Over the next 23 years, the brothers’ paths intertwined. They wove in and out of campaigns and car-pooled together to Georgetown University’s law school, from which they both earned degrees in 1976. Tony Podesta joined the United States attorney’s office in Washington, while John Podesta went to work at the Justice Department.
After a few years, the brothers left those jobs — John Podesta joining the Democratic staff of the Senate Judiciary Committee, and Tony Podesta becoming the founding president of the liberal advocacy group People for the American Way.
In 1987, the brothers teamed up to create a lobbying and public relations firm called Podesta Associates, which was seen as having a liberal bearing, representing a mix of public interest groups and media companies and associations. But after Mr. Clinton won the presidency in 1992 — a campaign for which both Podestas worked — the brothers’ paths diverged once and for all. John Podesta took a job in the White House and divested his stake in the firm, which Tony Podesta pointed in a less ideological direction.
By President Obama’s second year in office, domestic lobbying revenues for the Podesta Group had risen to more than $29 million, buoyed in part by the perception of access to the new administration.
The brothers remained close, even as their lifestyles took different paths.
Tony Podesta moved into a 7,000-square-foot house in Washington’s exclusive Kalorama neighborhood, which he had bought for $3.9 million in addition to his homes in Australia and Venice.
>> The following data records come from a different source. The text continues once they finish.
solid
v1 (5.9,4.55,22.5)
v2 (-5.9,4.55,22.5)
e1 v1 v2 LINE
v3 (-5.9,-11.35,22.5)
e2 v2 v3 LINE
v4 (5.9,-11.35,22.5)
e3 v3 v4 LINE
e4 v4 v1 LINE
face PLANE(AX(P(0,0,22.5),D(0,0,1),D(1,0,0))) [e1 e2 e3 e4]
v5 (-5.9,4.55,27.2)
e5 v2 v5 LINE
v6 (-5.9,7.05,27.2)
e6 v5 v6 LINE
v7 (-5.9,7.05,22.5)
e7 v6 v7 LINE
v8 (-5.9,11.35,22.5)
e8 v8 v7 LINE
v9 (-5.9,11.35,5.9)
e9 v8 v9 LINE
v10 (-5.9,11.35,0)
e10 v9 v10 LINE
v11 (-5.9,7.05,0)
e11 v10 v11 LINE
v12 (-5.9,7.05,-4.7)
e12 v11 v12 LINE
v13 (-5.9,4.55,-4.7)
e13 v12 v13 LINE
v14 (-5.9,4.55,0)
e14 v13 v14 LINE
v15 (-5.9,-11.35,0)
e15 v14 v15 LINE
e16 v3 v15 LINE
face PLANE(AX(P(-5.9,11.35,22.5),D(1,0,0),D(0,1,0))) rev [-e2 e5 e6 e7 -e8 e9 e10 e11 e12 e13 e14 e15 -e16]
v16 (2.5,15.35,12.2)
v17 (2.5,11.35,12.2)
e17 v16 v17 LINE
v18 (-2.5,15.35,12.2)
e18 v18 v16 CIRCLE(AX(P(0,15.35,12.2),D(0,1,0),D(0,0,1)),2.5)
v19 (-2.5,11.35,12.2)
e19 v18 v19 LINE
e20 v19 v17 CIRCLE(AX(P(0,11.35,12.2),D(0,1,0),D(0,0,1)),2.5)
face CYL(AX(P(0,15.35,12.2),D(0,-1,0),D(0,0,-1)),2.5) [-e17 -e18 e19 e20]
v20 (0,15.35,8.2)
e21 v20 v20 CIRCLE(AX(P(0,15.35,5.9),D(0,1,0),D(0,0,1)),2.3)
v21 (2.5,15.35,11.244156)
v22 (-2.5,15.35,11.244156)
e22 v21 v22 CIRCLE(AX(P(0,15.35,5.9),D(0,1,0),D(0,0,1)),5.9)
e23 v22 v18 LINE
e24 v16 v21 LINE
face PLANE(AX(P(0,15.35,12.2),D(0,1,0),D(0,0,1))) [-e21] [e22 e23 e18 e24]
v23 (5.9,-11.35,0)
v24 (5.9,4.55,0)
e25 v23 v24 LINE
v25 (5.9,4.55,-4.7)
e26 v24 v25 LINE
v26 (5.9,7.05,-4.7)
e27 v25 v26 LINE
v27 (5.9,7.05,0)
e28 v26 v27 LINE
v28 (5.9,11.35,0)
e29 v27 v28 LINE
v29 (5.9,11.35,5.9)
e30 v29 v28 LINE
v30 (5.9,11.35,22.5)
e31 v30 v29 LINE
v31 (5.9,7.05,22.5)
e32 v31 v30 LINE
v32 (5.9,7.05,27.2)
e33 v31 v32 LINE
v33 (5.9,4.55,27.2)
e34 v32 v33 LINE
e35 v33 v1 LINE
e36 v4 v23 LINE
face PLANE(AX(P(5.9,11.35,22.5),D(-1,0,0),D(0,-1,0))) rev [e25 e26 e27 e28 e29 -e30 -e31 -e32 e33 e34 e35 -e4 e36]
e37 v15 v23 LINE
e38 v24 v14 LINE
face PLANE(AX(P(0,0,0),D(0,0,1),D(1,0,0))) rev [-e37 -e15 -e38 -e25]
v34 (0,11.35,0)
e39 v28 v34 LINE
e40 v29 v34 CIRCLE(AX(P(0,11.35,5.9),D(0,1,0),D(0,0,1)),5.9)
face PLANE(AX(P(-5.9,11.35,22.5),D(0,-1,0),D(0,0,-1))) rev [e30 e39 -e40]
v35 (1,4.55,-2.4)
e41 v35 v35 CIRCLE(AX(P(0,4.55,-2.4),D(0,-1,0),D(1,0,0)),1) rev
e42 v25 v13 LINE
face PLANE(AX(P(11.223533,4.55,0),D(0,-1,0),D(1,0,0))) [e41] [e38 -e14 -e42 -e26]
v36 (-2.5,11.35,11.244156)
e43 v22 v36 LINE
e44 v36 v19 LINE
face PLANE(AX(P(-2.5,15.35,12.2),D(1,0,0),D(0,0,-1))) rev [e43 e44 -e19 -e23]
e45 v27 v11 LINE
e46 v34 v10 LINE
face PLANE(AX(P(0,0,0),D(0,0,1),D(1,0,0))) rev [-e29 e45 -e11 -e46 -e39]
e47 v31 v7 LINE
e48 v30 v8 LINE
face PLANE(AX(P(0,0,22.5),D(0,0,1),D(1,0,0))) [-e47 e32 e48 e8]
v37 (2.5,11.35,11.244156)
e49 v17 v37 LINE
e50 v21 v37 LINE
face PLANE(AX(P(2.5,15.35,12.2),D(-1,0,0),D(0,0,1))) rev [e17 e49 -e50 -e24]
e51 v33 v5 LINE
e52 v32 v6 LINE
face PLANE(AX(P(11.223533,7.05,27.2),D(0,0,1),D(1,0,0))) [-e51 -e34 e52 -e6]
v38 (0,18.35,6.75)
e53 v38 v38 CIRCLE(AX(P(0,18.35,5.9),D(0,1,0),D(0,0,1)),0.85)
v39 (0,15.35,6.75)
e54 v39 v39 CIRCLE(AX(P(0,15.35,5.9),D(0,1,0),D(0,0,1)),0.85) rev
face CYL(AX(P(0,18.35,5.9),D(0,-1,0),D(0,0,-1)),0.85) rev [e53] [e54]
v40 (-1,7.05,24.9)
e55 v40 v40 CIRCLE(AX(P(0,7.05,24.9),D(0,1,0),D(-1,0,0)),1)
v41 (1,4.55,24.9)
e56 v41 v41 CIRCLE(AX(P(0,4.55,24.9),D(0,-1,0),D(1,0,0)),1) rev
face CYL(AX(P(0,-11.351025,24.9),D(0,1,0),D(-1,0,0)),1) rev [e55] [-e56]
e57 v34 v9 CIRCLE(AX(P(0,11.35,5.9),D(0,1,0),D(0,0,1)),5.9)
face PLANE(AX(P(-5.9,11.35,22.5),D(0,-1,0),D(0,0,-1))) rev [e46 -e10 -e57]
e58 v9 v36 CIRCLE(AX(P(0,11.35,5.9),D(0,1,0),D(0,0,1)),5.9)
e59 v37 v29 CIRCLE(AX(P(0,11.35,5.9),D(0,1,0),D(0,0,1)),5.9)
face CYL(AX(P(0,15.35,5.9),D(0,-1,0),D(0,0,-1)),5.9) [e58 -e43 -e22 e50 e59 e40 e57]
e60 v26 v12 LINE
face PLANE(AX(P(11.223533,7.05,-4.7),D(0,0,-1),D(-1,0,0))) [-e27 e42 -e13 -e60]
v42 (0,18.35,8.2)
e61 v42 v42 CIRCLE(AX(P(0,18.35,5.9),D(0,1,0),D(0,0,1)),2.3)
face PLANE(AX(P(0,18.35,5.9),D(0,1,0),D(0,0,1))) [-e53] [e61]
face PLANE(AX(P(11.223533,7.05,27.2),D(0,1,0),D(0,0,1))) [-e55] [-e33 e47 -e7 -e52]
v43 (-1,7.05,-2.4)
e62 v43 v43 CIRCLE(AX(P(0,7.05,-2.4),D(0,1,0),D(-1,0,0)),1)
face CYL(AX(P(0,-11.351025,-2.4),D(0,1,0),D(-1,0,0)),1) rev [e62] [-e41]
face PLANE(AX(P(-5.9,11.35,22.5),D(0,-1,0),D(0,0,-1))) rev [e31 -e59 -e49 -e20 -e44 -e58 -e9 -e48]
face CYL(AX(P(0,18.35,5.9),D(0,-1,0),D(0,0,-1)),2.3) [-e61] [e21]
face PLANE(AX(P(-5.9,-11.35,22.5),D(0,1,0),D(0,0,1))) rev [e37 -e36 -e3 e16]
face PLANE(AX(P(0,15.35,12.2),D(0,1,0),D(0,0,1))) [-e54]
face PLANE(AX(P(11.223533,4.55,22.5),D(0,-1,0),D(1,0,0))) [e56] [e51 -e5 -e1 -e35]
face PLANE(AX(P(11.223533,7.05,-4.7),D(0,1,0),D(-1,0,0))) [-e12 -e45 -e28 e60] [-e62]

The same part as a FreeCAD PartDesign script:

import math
import FreeCAD as App
import Part
import Sketcher

V = App.Vector
Q = App.Units.Quantity


def add_polygon(sketch, points):
    """Adds a closed chain of lines whose ends are joined by coincident constraints."""
    first, n = sketch.GeometryCount, len(points)
    for a, b in zip(points, points[1:] + points[:1]):
        sketch.addGeometry(Part.LineSegment(App.Vector(*a, 0), App.Vector(*b, 0)), False)
    for i in range(n):
        sketch.addConstraint(Sketcher.Constraint("Coincident", first + i, 2, first + (i + 1) % n, 1))

doc = App.newDocument("Part")
params = doc.addObject("Spreadsheet::Sheet", "Params")
for row, (alias, value) in enumerate([
    ("sketch1_width", "11.8 mm"),
    ("sketch1_height", "22.7 mm"),
    ("pad1_length", "22.5 mm"),
    ("sketch2_radius", "5.9 mm"),
    ("sketch2_radius2", "2.5 mm"),
    ("pad2_length", "4 mm"),
    ("sketch3_diameter", "4.6 mm"),
    ("sketch3_diameter2", "1.7 mm"),
    ("pad3_length", "3 mm"),
    ("sketch4_width", "2.5 mm"),
    ("sketch4_height", "4.7 mm"),
    ("pad4_length", "11.8 mm"),
    ("sketch5_diameter", "2 mm"),
    ("sketch6_diameter", "2 mm"),
], start=1):
    params.set(f"A{row}", alias)
    params.set(f"B{row}", "=" + value)
    params.setAlias(f"B{row}", alias)

body = doc.addObject("PartDesign::Body", "Body")

# Sketch on XY plane
sketch1 = body.newObject("Sketcher::SketchObject", "Sketch")
sketch1.AttachmentSupport = (doc.getObject("XY_Plane"), [""])
sketch1.MapMode = "FlatFace"
add_polygon(sketch1, [(-5.9, 11.35), (-5.9, -11.35), (5.9, -11.35), (5.9, 11.35)])  # lines 0-3
sketch1.addConstraint([
    Sketcher.Constraint("Vertical", 0),
    Sketcher.Constraint("Horizontal", 1),
    Sketcher.Constraint("Vertical", 2),
    Sketcher.Constraint("Horizontal", 3),
    Sketcher.Constraint("Symmetric", 0, 2, 2, 2, -1, 1),
    Sketcher.Constraint("DistanceX", 1, 1, 1, 2, Q("11.8 mm")),
    Sketcher.Constraint("DistanceY", 0, 2, 0, 1, Q("22.7 mm")),
])
sketch1.setExpression("Constraints[9]", "Params.sketch1_width")
sketch1.setExpression("Constraints[10]", "Params.sketch1_height")
pad1 = body.newObject("PartDesign::Pad", "Pad")
pad1.Profile = sketch1
pad1.setExpression("Length", "Params.pad1_length")

# Sketch on XZ plane
sketch2 = body.newObject("Sketcher::SketchObject", "Sketch001")
sketch2.AttachmentSupport = (doc.getObject("XZ_Plane"), [""])
sketch2.MapMode = "FlatFace"
sketch2.AttachmentOffset = App.Placement(V(0, 0, -11.35), App.Rotation())
sketch2.addGeometry([
    Part.LineSegment(V(2.5, 12.2, 0), V(2.5, 11.244156, 0)),
    Part.ArcOfCircle(Part.Circle(V(0, 5.9, 0), V(0, 0, 1), 5.9), math.radians(115.070228), math.radians(424.929772)),
    Part.LineSegment(V(-2.5, 11.244156, 0), V(-2.5, 12.2, 0)),
    Part.ArcOfCircle(Part.Circle(V(0, 12.2, 0), V(0, 0, 1), 2.5), math.radians(0), math.radians(180)),
], False)
sketch2.addConstraint([
    Sketcher.Constraint("Coincident", 0, 2, 1, 2),
    Sketcher.Constraint("Coincident", 1, 1, 2, 1),
    Sketcher.Constraint("Tangent", 2, 2, 3, 2),
    Sketcher.Constraint("Tangent", 3, 1, 0, 1),
    Sketcher.Constraint("Vertical", 0),
    Sketcher.Constraint("Vertical", 2),
    Sketcher.Constraint("Symmetric", 0, 2, 1, 1, -2),
    Sketcher.Constraint("Radius", 1, Q("5.9 mm")),
    Sketcher.Constraint("Radius", 3, Q("2.5 mm")),
    Sketcher.Constraint("DistanceY", -1, 1, 1, 3, Q("5.9 mm")),
    Sketcher.Constraint("DistanceY", -1, 1, 3, 3, Q("12.2 mm")),
])
sketch2.setExpression("Constraints[7]", "Params.sketch2_radius")
sketch2.setExpression("Constraints[8]", "Params.sketch2_radius2")
pad2 = body.newObject("PartDesign::Pad", "Pad001")
pad2.Profile = sketch2
pad2.setExpression("Length", "Params.pad2_length")
pad2.Reversed = True

# Sketch on XZ plane
sketch3 = body.newObject("Sketcher::SketchObject", "Sketch002")
sketch3.AttachmentSupport = (doc.getObject("XZ_Plane"), [""])
sketch3.MapMode = "FlatFace"
sketch3.AttachmentOffset = App.Placement(V(0, 0, -15.35), App.Rotation())
sketch3.addGeometry([
    Part.Circle(V(0, 5.9, 0), V(0, 0, 1), 2.3),
    Part.Circle(V(0, 5.9, 0), V(0, 0, 1), 0.85),
], False)
sketch3.addConstraint([
    Sketcher.Constraint("Coincident", 1, 3, 0, 3),
    Sketcher.Constraint("PointOnObject", 0, 3, -2),
    Sketcher.Constraint("Diameter", 0, Q("4.6 mm")),
    Sketcher.Constraint("Diameter", 1, Q("1.7 mm")),
    Sketcher.Constraint("DistanceY", -1, 1, 0, 3, Q("5.9 mm")),
])
sketch3.setExpression("Constraints[2]", "Params.sketch3_diameter")
sketch3.setExpression("Constraints[3]", "Params.sketch3_diameter2")
pad3 = body.newObject("PartDesign::Pad", "Pad002")
pad3.Profile = sketch3
pad3.setExpression("Length", "Params.pad3_length")
pad3.Reversed = True

# Sketch on YZ plane
sketch4 = body.newObject("Sketcher::SketchObject", "Sketch003")
sketch4.AttachmentSupport = (doc.getObject("YZ_Plane"), [""])
sketch4.MapMode = "FlatFace"
sketch4.AttachmentOffset = App.Placement(V(0, 0, -5.9), App.Rotation())
add_polygon(sketch4, [(7.05, -4.7), (4.55, -4.7), (4.55, 0), (7.05, 0)])  # lines 0-3
add_polygon(sketch4, [(7.05, 22.5), (4.55, 22.5), (4.55, 27.2), (7.05, 27.2)])  # lines 4-7
sketch4.addConstraint([
    Sketcher.Constraint("Horizontal", 0),
    Sketcher.Constraint("Vertical", 1),
    Sketcher.Constraint("Horizontal", 2),
    Sketcher.Constraint("Vertical", 3),
    Sketcher.Constraint("Horizontal", 4),
    Sketcher.Constraint("Vertical", 5),
    Sketcher.Constraint("Horizontal", 6),
    Sketcher.Constraint("Vertical", 7),
    Sketcher.Constraint("PointOnObject", 1, 2, -1),
    Sketcher.Constraint("Vertical", 1, 2, 4, 2),
    Sketcher.Constraint("Vertical", 3, 2, 6, 2),
    Sketcher.Constraint("Equal", 3, 5),
    Sketcher.Constraint("DistanceX", 0, 2, 0, 1, Q("2.5 mm")),
    Sketcher.Constraint("DistanceY", 1, 1, 1, 2, Q("4.7 mm")),
    Sketcher.Constraint("DistanceY", -1, 1, 4, 2, Q("22.5 mm")),
    Sketcher.Constraint("DistanceX", -1, 1, 0, 2, Q("4.55 mm")),
])
sketch4.setExpression("Constraints[20]", "Params.sketch4_width")
sketch4.setExpression("Constraints[21]", "Params.sketch4_height")
pad4 = body.newObject("PartDesign::Pad", "Pad003")
pad4.Profile = sketch4
pad4.setExpression("Length", "Params.pad4_length")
After three years of renovations, he turned it into a fund-raising hot spot with a
modern art collection and a wine cellar with
thousands of bottles. His divorce from his second wife, 26 years his junior, was widely chronicled in Washington.
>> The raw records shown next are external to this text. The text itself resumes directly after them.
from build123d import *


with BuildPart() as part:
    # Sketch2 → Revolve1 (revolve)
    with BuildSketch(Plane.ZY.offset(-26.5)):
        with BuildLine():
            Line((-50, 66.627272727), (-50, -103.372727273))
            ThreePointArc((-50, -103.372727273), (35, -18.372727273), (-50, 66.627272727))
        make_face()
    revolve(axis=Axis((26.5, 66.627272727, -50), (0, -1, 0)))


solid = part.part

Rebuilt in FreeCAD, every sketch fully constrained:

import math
import FreeCAD as App
import Part
import Sketcher

doc = App.newDocument("Part")
body = doc.addObject("PartDesign::Body", "Body")

sketch1 = body.newObject("Sketcher::SketchObject", "Sketch")
sketch1.AttachmentSupport = (doc.getObject("YZ_Plane"), [""])
sketch1.MapMode = "FlatFace"
sketch1.AttachmentOffset = App.Placement(App.Vector(0, 0, 26.5), App.Rotation())
sketch1.addGeometry(Part.LineSegment(App.Vector(67, -50, 0), App.Vector(-103, -50, 0)), False)
sketch1.addGeometry(Part.ArcOfCircle(Part.Circle(App.Vector(-18, -50, 0), App.Vector(0, 0, 1), 85), math.radians(0), math.radians(180)), False)
sketch1.addGeometry(Part.LineSegment(App.Vector(67, -50, 0), App.Vector(-103, -50, 0)), True)
sketch1.addConstraint(Sketcher.Constraint("Coincident", 0, 1, 1, 1))
sketch1.addConstraint(Sketcher.Constraint("Coincident", 1, 2, 0, 2))
sketch1.addConstraint(Sketcher.Constraint("Horizontal", 0))
sketch1.addConstraint(Sketcher.Constraint("Horizontal", 2))
sketch1.addConstraint(Sketcher.Constraint("Coincident", 2, 1, 0, 1))
sketch1.addConstraint(Sketcher.Constraint("Horizontal", 1, 3, 0, 1))
sketch1.addConstraint(Sketcher.Constraint("Equal", 0, 2))
sketch1.addConstraint(Sketcher.Constraint("Radius", 1, 85.0))
sketch1.addConstraint(Sketcher.Constraint("DistanceY", 1, 3, -1, 1, 50.0))
sketch1.addConstraint(Sketcher.Constraint("DistanceX", 1, 3, -1, 1, 18.372727))
revolution = body.newObject("PartDesign::Revolution", "Revolution")
revolution.Profile = sketch1
revolution.ReferenceAxis = (sketch1, ["Axis0"])
revolution.Angle = 360

doc.recompute()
John Podesta, who remains married to the mother of his three children, lives in a relatively modest house near American University in Northwest Washington, where his clan makes a habit of getting together for home cooked pasta.
In the end, said Lanny Davis, who has known both Podestas since the Duffey campaign, the brothers have much in common.
“Tony Podesta may have clients that are way to the right of him in politics,” he said, “but neither John nor Tony Podesta, no matter who their clients are, have withdrawn one inch from being liberal Democrats with progressive values.”